> _Source material_
________
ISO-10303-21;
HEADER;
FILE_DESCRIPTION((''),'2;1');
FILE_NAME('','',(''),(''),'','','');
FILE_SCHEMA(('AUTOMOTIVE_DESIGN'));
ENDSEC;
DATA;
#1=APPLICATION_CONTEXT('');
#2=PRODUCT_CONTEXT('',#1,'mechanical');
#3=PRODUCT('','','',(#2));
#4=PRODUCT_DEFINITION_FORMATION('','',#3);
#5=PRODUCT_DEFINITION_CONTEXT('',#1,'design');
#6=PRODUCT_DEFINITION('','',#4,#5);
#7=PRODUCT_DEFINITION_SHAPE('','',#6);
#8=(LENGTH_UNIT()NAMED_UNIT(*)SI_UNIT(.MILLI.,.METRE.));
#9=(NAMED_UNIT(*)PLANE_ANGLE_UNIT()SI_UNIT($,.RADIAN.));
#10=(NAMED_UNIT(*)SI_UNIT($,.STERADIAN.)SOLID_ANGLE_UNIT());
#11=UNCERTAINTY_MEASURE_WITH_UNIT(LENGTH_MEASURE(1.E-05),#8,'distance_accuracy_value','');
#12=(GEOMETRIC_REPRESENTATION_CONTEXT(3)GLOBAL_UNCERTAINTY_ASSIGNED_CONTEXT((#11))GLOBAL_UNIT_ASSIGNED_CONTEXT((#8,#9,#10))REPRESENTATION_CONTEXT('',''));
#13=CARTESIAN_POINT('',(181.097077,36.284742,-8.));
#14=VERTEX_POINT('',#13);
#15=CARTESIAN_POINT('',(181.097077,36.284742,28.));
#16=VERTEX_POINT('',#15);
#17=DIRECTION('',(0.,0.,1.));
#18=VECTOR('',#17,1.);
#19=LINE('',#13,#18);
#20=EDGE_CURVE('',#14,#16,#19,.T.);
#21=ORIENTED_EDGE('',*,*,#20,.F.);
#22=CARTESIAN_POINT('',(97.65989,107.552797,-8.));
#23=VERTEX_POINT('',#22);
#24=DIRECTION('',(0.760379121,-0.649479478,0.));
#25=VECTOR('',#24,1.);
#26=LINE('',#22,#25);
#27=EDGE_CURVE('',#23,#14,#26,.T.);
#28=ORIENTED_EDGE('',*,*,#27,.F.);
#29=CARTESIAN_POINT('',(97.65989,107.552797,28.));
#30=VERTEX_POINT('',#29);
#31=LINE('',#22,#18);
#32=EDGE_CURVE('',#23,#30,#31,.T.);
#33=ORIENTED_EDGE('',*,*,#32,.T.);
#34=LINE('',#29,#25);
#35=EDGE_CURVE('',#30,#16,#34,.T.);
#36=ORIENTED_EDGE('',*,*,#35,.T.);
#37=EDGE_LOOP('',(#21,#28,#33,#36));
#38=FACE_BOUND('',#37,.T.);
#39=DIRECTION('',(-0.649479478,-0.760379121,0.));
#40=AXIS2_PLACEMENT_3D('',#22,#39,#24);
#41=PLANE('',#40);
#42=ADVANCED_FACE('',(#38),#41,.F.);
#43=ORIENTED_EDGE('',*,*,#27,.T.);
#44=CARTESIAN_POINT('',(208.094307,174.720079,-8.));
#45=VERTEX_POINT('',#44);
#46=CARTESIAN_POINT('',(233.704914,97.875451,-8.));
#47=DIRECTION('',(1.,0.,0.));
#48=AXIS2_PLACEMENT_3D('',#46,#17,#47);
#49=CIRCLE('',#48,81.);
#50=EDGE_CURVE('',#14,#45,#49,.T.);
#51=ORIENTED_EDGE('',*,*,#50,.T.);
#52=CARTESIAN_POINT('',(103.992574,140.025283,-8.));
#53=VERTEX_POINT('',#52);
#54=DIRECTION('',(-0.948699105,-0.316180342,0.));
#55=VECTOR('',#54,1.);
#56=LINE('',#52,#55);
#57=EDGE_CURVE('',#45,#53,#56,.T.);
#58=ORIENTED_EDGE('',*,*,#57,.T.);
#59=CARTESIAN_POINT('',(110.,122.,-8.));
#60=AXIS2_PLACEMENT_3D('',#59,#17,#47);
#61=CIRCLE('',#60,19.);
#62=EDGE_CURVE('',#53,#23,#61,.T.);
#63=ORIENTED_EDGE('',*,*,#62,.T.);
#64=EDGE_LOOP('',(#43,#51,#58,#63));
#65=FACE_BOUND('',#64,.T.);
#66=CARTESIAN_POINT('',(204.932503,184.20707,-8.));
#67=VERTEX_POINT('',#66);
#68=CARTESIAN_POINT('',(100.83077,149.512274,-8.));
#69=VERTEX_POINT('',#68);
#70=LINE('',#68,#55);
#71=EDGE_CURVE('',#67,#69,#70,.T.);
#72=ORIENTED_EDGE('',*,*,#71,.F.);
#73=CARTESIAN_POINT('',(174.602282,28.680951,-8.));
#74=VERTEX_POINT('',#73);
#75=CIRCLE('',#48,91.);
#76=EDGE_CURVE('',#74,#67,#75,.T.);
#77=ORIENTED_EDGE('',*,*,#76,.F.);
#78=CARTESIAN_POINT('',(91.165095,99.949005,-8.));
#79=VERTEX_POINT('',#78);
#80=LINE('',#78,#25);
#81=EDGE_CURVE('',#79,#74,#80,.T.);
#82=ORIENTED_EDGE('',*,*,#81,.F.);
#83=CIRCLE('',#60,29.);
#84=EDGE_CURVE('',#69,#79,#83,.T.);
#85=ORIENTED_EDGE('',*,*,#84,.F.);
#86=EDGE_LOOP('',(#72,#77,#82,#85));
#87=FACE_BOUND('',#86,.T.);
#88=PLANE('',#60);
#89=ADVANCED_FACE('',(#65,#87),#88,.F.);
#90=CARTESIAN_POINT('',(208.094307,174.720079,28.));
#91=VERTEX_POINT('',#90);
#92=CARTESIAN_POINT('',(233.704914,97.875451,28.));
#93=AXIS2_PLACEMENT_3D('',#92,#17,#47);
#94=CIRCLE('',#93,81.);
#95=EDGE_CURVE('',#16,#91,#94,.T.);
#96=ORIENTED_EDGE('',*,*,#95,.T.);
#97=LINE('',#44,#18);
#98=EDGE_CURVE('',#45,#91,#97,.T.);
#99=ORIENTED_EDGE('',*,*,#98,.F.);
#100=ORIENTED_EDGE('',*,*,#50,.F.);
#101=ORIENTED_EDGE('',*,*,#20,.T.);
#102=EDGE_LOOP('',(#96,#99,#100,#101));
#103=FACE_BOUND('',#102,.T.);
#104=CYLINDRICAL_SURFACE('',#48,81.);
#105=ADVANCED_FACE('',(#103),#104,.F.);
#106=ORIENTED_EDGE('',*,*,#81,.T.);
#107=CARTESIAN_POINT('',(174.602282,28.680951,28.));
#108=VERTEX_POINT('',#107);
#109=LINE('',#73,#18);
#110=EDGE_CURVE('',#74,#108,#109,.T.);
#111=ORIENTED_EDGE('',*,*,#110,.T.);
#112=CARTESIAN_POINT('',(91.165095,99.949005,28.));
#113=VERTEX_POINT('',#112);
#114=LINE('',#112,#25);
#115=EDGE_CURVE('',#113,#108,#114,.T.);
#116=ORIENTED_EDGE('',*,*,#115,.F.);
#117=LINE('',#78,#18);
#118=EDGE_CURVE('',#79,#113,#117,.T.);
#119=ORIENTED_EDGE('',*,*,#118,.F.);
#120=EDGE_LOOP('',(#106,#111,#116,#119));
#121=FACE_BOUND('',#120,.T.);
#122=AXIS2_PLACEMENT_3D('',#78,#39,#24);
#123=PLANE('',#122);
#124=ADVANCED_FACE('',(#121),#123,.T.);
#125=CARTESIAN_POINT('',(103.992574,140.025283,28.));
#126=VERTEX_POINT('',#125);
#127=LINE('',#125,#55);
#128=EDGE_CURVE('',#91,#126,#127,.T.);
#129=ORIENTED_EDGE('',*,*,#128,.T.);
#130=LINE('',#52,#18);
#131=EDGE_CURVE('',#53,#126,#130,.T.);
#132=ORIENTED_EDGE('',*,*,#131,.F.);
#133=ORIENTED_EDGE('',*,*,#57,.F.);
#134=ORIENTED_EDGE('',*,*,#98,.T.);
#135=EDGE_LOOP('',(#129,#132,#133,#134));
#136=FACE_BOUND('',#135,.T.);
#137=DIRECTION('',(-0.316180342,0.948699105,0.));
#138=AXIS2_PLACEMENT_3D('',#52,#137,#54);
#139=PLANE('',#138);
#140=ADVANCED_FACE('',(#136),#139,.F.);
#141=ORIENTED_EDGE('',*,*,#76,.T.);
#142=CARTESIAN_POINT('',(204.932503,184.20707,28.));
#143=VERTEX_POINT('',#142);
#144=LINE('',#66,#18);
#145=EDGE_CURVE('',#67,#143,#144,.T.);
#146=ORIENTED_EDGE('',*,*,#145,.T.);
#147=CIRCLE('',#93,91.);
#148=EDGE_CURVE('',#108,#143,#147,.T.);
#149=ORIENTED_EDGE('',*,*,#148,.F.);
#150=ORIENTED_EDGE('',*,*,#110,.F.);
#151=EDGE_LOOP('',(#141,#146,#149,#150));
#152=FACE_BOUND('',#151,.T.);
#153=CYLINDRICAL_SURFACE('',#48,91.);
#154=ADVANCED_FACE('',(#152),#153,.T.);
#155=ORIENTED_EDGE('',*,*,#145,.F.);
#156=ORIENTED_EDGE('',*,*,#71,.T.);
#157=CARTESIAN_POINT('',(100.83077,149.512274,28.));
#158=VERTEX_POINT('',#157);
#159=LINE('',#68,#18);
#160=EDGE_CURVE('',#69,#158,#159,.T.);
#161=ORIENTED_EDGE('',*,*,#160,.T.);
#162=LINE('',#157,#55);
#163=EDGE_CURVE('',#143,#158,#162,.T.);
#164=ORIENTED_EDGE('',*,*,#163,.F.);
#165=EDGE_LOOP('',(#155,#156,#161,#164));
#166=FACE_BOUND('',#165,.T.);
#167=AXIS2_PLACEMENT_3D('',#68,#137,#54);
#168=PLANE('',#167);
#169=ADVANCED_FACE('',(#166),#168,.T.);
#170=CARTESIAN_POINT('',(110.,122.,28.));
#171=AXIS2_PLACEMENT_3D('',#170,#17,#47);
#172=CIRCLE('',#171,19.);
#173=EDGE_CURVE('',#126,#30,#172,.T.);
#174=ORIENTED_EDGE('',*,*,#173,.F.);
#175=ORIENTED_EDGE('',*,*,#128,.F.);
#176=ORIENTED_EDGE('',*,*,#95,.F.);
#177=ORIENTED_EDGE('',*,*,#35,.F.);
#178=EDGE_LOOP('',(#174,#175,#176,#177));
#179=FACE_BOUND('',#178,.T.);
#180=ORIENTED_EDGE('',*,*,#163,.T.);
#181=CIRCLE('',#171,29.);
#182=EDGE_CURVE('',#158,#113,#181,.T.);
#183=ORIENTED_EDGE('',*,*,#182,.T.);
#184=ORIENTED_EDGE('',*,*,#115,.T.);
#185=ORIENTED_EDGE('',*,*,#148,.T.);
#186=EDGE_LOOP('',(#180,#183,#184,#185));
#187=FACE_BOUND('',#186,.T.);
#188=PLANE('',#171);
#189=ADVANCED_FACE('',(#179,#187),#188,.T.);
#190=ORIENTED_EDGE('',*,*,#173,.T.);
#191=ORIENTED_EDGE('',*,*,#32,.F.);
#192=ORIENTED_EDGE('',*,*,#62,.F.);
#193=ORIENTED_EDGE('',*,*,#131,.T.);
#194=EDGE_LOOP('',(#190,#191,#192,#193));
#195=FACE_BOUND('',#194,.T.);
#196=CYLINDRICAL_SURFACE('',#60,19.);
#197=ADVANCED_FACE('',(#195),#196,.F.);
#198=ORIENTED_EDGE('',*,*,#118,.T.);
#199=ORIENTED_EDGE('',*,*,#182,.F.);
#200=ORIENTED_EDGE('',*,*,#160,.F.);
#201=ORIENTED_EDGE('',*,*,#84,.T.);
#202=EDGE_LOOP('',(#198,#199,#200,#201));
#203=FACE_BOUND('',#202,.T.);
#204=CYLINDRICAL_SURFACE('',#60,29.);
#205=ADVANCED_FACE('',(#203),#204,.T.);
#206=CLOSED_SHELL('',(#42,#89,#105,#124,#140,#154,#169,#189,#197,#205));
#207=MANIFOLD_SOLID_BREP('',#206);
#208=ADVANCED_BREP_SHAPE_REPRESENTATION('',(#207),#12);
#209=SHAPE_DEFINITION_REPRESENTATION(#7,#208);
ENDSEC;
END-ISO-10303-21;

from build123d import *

# Parameters (mm, degrees)
EXTRUDE_THIN1_DEPTH      = 28
EXTRUDE_THIN1_DEPTH_BACK = 8


with BuildPart() as part:
    # Sketch1 → Extrude-Thin1 (new, two sides: drawn at the far end of the back side and taken through both)
    with BuildSketch(Plane.XY.offset(-EXTRUDE_THIN1_DEPTH_BACK)):
        with BuildLine():
            Line((174.602281923, 28.680951152), (91.165095139, 99.94900549))
            ThreePointArc((91.165095139, 99.94900549), (81.536210927, 127.550919887), (100.830770089, 149.51227404))
            Line((100.830770089, 149.51227404), (204.932503319, 184.207069705))
            ThreePointArc((204.932503319, 184.207069705), (323.02232151, 80.457047384), (174.602281923, 28.680951152))
        make_face()
        with BuildLine():
            Line((181.097076703, 36.284742362), (97.659889919, 107.5527967))
            ThreePointArc((97.659889919, 107.5527967), (91.351310607, 125.636809581), (103.992573507, 140.025282992))
            Line((103.992573507, 140.025282992), (208.094306736, 174.720078656))
            ThreePointArc((208.094306736, 174.720078656), (313.20722183, 82.371157689), (181.097076703, 36.284742362))
        make_face(mode=Mode.SUBTRACT)
    extrude(amount=EXTRUDE_THIN1_DEPTH + EXTRUDE_THIN1_DEPTH_BACK)


solid = part.part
________
> _Exercise aim_
What you give back should be exactly the lines of the data above from the line with "#168=PLANE('',#167);" through the line with "#195=FACE_BOUND('',#194,.T.);", both of those included, and nothing more.

> _Solution to the problem_
#168=PLANE('',#167);
#169=ADVANCED_FACE('',(#166),#168,.T.);
#170=CARTESIAN_POINT('',(110.,122.,28.));
#171=AXIS2_PLACEMENT_3D('',#170,#17,#47);
#172=CIRCLE('',#171,19.);
#173=EDGE_CURVE('',#126,#30,#172,.T.);
#174=ORIENTED_EDGE('',*,*,#173,.F.);
#175=ORIENTED_EDGE('',*,*,#128,.F.);
#176=ORIENTED_EDGE('',*,*,#95,.F.);
#177=ORIENTED_EDGE('',*,*,#35,.F.);
#178=EDGE_LOOP('',(#174,#175,#176,#177));
#179=FACE_BOUND('',#178,.T.);
#180=ORIENTED_EDGE('',*,*,#163,.T.);
#181=CIRCLE('',#171,29.);
#182=EDGE_CURVE('',#158,#113,#181,.T.);
#183=ORIENTED_EDGE('',*,*,#182,.T.);
#184=ORIENTED_EDGE('',*,*,#115,.T.);
#185=ORIENTED_EDGE('',*,*,#148,.T.);
#186=EDGE_LOOP('',(#180,#183,#184,#185));
#187=FACE_BOUND('',#186,.T.);
#188=PLANE('',#171);
#189=ADVANCED_FACE('',(#179,#187),#188,.T.);
#190=ORIENTED_EDGE('',*,*,#173,.T.);
#191=ORIENTED_EDGE('',*,*,#32,.F.);
#192=ORIENTED_EDGE('',*,*,#62,.F.);
#193=ORIENTED_EDGE('',*,*,#131,.T.);
#194=EDGE_LOOP('',(#190,#191,#192,#193));
#195=FACE_BOUND('',#194,.T.);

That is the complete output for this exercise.